What to work on:
Retype word for word the lines of the data below, from the first to the one bearing "f 383 382 176", with that one included.

· · · · ·

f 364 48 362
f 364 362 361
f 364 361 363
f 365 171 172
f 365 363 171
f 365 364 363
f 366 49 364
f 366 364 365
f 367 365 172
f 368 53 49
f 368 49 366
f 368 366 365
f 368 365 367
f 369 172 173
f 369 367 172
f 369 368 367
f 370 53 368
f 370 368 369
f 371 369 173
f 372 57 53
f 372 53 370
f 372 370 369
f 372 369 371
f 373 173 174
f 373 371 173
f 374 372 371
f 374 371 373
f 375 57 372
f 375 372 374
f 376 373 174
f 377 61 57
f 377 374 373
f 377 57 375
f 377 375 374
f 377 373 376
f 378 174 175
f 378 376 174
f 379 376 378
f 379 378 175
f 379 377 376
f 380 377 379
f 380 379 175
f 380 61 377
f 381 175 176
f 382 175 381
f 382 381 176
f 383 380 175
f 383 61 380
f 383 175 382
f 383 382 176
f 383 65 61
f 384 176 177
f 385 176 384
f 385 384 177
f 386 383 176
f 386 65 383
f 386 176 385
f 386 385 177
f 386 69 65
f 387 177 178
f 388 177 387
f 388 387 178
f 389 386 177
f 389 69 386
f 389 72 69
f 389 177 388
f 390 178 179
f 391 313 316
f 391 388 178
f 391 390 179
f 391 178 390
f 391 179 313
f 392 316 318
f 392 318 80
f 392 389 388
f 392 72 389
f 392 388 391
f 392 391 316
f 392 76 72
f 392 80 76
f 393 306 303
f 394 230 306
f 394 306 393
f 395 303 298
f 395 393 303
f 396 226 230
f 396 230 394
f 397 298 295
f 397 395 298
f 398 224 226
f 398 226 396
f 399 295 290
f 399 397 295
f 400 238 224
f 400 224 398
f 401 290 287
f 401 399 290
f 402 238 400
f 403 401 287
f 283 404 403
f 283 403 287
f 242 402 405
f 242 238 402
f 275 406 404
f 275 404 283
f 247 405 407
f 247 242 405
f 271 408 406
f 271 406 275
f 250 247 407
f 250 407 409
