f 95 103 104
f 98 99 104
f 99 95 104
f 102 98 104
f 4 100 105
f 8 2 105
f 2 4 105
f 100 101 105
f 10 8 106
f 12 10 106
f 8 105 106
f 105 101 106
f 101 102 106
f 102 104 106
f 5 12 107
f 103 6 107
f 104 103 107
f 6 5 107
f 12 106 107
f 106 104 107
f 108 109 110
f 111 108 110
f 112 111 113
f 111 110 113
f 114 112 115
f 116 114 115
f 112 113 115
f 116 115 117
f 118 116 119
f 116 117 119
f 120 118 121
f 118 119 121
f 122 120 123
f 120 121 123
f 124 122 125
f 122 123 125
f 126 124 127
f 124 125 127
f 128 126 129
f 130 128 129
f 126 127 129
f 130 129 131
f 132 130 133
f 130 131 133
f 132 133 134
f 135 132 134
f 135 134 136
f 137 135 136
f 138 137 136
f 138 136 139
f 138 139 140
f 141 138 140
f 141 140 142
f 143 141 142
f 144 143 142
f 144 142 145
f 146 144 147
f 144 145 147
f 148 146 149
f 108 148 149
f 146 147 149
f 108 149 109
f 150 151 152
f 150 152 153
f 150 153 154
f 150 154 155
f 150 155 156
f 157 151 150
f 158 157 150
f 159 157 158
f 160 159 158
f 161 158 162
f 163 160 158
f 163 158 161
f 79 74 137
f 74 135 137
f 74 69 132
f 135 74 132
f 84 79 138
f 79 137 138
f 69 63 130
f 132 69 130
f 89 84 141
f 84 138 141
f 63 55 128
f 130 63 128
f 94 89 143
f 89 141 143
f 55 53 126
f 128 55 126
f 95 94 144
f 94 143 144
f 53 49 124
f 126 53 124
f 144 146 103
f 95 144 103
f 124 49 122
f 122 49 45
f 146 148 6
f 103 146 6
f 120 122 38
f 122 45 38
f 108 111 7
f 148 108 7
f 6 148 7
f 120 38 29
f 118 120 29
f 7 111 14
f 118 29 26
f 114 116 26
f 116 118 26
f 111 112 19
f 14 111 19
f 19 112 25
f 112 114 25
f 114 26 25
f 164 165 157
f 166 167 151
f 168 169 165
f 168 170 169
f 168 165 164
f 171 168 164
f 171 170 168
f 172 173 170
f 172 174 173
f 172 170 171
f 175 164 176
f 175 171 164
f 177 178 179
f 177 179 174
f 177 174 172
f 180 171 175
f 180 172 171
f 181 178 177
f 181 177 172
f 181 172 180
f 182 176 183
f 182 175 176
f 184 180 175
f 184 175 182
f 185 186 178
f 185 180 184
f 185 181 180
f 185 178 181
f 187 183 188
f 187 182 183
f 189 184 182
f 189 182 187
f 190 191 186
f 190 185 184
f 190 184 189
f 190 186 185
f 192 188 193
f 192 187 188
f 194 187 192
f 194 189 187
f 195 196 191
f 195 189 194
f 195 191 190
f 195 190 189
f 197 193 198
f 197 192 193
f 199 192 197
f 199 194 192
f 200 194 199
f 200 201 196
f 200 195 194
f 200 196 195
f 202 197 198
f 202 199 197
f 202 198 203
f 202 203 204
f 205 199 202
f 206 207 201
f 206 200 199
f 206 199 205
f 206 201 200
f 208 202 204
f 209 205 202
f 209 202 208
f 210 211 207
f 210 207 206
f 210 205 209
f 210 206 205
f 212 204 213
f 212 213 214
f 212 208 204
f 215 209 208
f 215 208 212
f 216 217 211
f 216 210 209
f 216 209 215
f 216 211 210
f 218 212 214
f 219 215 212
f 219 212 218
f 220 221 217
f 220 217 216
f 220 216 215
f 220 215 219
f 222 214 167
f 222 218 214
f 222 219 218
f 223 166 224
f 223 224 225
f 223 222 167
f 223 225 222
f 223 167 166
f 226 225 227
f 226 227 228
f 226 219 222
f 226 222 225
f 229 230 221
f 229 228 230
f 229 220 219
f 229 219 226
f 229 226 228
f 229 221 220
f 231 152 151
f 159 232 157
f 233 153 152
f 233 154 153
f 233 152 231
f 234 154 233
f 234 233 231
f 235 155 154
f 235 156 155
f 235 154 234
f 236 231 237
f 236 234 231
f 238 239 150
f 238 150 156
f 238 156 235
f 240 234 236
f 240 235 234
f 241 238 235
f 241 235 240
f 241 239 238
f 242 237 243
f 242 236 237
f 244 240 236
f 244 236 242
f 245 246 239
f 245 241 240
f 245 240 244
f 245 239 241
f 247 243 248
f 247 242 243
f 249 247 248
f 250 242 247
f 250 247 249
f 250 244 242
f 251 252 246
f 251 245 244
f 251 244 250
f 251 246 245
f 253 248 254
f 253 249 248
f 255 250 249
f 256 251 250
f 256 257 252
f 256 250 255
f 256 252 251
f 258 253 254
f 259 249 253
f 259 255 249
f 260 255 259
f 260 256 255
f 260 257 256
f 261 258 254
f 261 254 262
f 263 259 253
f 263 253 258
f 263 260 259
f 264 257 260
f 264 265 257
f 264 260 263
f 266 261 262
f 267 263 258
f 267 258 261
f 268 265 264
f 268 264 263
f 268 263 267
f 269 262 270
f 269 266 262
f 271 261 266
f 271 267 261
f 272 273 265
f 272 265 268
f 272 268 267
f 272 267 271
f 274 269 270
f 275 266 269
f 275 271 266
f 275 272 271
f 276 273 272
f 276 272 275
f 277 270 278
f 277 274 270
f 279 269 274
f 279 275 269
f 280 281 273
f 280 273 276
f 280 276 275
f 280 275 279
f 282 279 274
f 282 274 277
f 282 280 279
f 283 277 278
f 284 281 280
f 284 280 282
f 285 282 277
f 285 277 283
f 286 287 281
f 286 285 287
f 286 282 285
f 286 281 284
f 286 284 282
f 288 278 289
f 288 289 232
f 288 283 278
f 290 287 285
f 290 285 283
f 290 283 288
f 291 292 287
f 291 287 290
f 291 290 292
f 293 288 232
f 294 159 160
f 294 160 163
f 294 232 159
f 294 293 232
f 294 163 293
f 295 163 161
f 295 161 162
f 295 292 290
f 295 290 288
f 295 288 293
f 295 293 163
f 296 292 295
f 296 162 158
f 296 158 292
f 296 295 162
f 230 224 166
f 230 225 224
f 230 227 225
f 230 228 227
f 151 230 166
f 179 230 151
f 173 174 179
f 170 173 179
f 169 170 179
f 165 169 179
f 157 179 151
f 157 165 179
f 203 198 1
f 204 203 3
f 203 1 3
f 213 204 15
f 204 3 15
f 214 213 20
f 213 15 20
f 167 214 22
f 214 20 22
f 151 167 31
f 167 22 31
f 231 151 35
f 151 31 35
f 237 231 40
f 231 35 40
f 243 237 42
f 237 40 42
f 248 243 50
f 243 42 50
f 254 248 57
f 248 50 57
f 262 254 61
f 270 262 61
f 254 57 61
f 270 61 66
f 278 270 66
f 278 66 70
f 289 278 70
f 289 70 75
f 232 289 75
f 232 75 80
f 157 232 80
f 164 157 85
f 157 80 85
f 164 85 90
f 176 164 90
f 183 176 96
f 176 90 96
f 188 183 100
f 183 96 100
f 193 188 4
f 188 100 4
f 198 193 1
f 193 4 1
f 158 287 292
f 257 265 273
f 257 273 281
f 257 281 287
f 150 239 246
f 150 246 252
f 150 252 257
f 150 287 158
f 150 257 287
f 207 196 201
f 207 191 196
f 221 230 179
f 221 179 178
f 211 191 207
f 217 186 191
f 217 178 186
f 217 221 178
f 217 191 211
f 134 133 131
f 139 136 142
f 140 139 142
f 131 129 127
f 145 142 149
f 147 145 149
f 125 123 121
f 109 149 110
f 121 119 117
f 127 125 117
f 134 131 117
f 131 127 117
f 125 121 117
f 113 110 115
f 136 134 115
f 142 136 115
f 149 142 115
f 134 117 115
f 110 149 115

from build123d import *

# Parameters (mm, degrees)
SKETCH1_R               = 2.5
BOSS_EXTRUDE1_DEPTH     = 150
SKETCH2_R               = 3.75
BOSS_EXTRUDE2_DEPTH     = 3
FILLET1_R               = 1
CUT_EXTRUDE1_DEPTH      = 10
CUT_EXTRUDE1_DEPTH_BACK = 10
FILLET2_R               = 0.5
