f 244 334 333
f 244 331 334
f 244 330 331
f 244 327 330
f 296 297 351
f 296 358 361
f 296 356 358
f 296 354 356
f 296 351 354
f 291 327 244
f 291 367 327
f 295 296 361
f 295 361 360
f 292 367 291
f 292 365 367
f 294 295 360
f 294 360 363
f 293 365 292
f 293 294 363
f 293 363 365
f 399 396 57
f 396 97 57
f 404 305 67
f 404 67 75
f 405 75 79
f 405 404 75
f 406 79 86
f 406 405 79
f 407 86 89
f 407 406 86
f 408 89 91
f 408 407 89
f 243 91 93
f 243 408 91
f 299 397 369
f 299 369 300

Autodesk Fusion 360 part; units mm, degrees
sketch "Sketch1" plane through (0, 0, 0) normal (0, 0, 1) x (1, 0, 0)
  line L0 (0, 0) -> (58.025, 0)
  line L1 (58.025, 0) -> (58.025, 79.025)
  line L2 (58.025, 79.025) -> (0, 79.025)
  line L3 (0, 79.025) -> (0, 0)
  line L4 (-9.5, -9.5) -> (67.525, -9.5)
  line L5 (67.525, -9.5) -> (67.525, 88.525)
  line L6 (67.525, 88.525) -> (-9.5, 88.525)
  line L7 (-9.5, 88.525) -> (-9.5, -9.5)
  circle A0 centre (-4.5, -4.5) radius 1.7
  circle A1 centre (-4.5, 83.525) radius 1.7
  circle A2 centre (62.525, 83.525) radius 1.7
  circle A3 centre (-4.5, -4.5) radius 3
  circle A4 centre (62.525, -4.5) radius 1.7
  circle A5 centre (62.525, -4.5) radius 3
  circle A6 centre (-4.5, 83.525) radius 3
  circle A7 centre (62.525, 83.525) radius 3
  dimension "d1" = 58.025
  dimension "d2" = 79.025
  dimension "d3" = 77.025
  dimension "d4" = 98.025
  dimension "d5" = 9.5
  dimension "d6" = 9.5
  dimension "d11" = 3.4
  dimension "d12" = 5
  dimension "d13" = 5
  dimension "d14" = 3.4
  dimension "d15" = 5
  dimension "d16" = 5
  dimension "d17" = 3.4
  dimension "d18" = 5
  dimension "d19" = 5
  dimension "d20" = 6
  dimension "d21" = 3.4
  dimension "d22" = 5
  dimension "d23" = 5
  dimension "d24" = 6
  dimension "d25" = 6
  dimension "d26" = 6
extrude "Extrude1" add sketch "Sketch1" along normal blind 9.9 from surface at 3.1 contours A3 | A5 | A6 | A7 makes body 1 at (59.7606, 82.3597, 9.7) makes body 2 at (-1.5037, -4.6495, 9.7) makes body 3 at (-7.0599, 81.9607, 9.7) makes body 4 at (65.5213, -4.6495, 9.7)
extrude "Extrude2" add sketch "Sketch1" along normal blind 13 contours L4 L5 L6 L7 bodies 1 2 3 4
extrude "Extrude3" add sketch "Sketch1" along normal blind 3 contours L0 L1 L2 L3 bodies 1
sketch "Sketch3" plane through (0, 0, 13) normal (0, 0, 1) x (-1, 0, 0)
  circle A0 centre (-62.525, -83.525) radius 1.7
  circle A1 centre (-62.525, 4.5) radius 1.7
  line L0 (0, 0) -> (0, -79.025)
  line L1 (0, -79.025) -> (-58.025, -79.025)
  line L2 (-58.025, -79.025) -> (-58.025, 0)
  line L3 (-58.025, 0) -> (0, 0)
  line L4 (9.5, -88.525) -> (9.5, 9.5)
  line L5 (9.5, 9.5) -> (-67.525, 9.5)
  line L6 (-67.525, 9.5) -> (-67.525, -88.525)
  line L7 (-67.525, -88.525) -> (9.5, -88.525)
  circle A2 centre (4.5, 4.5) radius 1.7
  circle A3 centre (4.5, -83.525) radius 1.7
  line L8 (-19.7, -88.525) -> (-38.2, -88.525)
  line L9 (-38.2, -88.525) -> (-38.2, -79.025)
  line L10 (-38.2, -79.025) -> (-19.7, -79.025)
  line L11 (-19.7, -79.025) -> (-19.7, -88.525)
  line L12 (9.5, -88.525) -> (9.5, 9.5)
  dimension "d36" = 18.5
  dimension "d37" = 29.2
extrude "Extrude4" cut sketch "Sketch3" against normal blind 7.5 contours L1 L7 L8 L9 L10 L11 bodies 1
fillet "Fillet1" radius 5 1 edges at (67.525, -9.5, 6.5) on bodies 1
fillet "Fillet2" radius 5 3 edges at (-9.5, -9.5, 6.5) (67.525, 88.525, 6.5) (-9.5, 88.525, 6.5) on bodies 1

· · · · ·

Exercise response:
f 364 48 362
f 364 362 361
f 364 361 363
f 365 171 172
f 365 363 171
f 365 364 363
f 366 49 364
f 366 364 365
f 367 365 172
f 368 53 49
f 368 49 366
f 368 366 365
f 368 365 367
f 369 172 173
f 369 367 172
f 369 368 367
f 370 53 368
f 370 368 369
f 371 369 173
f 372 57 53
f 372 53 370
f 372 370 369
f 372 369 371
f 373 173 174
f 373 371 173
f 374 372 371
f 374 371 373
f 375 57 372
f 375 372 374
f 376 373 174
f 377 61 57
f 377 374 373
f 377 57 375
f 377 375 374
f 377 373 376
f 378 174 175
f 378 376 174
f 379 376 378
f 379 378 175
f 379 377 376
f 380 377 379
f 380 379 175
f 380 61 377
f 381 175 176
f 382 175 381
f 382 381 176
f 383 380 175
f 383 61 380
f 383 175 382
f 383 382 176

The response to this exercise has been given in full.